--- SUPPLIED DATA ---

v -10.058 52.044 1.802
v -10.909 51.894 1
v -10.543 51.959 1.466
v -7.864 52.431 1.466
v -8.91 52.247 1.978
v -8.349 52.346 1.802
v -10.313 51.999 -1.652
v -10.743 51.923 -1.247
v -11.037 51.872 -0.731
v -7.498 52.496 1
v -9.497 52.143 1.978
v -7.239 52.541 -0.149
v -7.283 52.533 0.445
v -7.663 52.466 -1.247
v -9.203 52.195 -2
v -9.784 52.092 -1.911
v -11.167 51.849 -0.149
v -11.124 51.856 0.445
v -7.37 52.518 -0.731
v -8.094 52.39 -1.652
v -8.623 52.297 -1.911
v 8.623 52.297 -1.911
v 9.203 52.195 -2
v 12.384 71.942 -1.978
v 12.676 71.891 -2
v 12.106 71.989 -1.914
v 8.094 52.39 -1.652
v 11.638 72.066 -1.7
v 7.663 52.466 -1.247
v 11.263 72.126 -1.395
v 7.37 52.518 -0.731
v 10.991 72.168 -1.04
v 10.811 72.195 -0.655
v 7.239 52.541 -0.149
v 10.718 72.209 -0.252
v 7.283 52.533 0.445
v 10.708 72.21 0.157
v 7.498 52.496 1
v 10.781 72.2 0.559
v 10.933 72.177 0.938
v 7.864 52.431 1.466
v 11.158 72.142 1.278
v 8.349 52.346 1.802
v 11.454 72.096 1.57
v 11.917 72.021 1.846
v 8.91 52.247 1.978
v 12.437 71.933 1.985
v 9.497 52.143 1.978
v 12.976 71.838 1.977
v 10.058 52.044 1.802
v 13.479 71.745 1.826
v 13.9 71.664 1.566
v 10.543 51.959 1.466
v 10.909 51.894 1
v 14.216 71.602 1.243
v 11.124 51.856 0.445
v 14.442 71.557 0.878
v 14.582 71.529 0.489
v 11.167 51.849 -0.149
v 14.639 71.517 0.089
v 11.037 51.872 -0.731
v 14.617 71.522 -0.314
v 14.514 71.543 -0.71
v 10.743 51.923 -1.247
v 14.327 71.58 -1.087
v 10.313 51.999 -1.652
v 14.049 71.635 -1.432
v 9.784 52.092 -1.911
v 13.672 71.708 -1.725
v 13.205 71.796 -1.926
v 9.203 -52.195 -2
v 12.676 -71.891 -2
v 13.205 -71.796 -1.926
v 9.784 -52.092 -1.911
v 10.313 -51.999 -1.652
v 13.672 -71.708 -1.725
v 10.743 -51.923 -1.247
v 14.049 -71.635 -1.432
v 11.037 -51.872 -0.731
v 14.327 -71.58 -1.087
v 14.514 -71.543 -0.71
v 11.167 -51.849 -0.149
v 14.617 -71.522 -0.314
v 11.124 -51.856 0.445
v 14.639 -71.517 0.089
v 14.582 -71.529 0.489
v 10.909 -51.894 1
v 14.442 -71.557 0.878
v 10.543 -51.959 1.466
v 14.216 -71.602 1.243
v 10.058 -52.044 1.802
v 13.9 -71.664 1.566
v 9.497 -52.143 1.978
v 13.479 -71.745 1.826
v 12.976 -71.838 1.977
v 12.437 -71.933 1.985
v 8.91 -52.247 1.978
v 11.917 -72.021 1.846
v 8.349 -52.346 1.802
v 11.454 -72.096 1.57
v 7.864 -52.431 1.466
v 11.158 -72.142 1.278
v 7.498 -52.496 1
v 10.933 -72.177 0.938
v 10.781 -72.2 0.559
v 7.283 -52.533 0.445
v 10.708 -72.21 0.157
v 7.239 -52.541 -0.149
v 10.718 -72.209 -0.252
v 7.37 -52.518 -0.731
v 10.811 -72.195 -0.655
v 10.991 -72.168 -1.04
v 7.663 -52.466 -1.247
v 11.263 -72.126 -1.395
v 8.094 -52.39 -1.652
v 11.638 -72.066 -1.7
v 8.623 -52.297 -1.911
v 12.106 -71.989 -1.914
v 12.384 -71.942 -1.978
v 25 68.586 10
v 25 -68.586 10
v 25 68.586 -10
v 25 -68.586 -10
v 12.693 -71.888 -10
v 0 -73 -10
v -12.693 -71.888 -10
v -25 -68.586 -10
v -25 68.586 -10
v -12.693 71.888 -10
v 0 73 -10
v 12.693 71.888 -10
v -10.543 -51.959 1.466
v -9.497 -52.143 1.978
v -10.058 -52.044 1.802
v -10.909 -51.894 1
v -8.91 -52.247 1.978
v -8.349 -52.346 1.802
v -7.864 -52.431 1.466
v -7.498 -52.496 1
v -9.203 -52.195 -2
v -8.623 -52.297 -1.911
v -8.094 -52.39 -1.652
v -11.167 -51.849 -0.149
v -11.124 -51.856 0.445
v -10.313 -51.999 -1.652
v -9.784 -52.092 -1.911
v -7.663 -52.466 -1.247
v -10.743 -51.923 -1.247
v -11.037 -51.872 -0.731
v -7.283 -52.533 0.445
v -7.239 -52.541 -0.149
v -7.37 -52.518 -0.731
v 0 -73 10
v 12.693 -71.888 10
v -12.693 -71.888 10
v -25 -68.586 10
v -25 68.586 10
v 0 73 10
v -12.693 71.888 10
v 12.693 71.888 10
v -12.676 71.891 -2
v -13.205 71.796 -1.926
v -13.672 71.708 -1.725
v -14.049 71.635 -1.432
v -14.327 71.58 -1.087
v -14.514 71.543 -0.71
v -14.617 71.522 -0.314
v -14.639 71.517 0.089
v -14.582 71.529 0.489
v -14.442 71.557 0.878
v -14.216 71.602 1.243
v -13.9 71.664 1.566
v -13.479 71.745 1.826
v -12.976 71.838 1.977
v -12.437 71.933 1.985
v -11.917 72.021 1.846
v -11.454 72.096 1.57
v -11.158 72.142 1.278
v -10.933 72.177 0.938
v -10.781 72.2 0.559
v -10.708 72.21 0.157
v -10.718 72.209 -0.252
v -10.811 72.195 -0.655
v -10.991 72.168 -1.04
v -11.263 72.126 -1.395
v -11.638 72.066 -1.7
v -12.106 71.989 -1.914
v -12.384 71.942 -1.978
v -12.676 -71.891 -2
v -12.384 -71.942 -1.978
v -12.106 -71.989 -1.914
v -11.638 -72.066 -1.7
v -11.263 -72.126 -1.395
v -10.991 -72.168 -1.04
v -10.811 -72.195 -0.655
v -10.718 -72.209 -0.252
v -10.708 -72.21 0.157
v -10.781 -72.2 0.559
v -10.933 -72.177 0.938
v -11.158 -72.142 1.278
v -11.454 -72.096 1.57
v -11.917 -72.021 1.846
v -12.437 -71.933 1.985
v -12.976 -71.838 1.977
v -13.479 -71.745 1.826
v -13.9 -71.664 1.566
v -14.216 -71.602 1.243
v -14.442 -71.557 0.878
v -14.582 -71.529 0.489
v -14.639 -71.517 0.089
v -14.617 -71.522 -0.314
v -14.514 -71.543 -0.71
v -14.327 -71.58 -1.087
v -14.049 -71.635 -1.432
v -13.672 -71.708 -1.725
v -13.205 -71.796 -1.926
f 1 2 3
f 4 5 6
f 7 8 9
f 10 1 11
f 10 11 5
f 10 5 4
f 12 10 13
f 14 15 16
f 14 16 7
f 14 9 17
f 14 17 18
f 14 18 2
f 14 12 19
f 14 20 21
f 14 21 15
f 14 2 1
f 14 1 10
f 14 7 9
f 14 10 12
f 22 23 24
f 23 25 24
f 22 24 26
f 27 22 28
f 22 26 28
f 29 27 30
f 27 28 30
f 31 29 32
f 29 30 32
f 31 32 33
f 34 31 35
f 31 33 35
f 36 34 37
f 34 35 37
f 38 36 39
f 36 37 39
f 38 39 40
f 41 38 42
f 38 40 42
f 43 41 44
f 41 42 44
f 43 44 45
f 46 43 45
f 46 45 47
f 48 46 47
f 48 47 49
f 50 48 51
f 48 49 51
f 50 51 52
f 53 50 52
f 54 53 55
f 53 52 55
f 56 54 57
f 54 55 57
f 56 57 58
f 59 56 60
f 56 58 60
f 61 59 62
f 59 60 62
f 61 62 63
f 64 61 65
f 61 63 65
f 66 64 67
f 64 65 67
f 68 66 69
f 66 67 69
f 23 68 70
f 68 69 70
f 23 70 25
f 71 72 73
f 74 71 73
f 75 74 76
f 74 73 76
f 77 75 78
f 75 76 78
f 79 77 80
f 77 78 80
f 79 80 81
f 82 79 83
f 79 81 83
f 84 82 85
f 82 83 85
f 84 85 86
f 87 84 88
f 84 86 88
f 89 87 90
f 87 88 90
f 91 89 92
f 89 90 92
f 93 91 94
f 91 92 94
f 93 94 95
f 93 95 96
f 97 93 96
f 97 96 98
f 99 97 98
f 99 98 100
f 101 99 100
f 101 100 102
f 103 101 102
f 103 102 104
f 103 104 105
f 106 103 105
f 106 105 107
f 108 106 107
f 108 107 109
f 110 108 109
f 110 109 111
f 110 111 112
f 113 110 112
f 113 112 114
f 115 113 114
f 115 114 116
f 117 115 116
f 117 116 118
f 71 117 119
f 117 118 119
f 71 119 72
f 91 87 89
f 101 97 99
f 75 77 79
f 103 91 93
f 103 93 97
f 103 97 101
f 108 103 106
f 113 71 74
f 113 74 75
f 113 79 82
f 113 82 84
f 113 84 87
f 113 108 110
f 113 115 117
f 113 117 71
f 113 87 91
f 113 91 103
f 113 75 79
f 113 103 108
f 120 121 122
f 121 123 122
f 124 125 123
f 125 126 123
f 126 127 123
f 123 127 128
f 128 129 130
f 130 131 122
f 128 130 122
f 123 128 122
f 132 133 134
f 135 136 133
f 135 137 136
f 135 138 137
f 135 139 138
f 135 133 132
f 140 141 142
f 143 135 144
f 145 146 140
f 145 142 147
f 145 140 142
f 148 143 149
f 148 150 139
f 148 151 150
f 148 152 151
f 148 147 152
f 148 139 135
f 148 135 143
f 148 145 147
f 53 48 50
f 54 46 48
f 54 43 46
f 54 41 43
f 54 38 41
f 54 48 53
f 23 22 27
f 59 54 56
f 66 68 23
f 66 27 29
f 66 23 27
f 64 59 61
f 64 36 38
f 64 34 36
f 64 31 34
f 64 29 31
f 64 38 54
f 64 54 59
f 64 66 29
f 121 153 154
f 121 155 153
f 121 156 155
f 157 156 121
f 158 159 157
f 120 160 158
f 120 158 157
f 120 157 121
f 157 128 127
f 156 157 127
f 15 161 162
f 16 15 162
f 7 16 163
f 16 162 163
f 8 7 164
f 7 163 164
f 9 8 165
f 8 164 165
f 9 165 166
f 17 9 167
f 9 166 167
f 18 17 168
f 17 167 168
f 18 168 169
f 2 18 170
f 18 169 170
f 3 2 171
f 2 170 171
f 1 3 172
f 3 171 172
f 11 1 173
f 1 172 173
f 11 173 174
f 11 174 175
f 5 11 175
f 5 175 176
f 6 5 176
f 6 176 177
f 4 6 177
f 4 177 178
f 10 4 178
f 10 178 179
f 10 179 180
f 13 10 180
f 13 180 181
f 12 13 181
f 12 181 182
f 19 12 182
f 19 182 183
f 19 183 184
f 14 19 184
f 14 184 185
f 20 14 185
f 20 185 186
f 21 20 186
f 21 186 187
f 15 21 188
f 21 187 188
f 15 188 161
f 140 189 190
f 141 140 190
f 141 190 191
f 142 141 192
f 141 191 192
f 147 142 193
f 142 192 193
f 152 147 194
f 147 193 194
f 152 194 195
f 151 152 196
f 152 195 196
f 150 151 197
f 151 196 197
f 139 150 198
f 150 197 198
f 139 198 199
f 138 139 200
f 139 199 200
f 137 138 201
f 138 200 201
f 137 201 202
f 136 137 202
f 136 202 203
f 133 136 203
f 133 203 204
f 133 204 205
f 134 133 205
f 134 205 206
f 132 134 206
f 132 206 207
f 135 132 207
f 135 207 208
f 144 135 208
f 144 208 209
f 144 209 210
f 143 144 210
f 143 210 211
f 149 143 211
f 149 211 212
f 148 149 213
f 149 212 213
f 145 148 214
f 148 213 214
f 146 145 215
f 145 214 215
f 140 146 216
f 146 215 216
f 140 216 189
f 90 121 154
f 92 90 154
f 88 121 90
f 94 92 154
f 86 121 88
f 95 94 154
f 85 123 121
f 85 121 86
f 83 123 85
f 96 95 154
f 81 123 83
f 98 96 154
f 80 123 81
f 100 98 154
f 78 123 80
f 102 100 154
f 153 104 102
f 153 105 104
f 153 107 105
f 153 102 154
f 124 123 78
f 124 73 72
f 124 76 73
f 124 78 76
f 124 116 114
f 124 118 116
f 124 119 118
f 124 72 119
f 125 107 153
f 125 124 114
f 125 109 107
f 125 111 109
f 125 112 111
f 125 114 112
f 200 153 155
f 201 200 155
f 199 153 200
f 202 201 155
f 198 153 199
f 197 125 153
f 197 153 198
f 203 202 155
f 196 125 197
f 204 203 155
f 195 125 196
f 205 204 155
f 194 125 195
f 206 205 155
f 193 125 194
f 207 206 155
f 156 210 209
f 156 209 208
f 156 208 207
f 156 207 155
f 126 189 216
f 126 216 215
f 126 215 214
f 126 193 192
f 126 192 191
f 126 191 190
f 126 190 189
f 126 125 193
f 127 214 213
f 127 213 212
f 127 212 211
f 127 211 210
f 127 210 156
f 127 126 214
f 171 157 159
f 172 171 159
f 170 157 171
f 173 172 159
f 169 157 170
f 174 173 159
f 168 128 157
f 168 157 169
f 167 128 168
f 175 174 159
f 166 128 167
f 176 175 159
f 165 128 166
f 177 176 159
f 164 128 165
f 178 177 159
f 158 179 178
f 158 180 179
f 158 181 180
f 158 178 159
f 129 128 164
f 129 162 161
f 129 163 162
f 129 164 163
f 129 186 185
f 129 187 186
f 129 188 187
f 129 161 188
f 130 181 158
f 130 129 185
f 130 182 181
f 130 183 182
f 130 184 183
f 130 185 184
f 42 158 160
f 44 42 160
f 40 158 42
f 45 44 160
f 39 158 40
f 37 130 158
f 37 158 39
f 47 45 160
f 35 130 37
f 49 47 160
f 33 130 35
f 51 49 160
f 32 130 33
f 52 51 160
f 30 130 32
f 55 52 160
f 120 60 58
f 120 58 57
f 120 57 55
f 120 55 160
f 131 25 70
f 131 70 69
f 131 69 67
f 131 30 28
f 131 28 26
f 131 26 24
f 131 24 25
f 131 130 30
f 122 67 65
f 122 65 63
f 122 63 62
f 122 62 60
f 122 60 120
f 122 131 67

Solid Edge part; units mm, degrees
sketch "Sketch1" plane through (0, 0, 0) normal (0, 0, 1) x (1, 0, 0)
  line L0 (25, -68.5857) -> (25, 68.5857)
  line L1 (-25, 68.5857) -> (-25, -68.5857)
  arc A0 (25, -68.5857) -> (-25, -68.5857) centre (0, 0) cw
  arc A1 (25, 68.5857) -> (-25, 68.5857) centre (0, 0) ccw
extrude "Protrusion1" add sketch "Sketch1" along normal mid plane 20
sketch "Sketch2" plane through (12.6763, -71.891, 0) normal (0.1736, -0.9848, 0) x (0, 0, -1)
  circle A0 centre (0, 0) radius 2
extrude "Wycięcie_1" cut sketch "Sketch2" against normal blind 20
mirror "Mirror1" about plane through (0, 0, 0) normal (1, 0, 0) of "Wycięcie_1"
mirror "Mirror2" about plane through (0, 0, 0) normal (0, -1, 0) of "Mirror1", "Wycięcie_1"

---

# EXERCISE INSTRUCTIONS:
In the records above, the line with "v 11.167 51.849 -0.149" marks the start and the line with "v 13.205 71.796 -1.926" marks the end; copy that stretch exactly, both lines included, and nothing else.

# ANSWER TO THE PROBLEM:
v 11.167 51.849 -0.149
v 14.639 71.517 0.089
v 11.037 51.872 -0.731
v 14.617 71.522 -0.314
v 14.514 71.543 -0.71
v 10.743 51.923 -1.247
v 14.327 71.58 -1.087
v 10.313 51.999 -1.652
v 14.049 71.635 -1.432
v 9.784 52.092 -1.911
v 13.672 71.708 -1.725
v 13.205 71.796 -1.926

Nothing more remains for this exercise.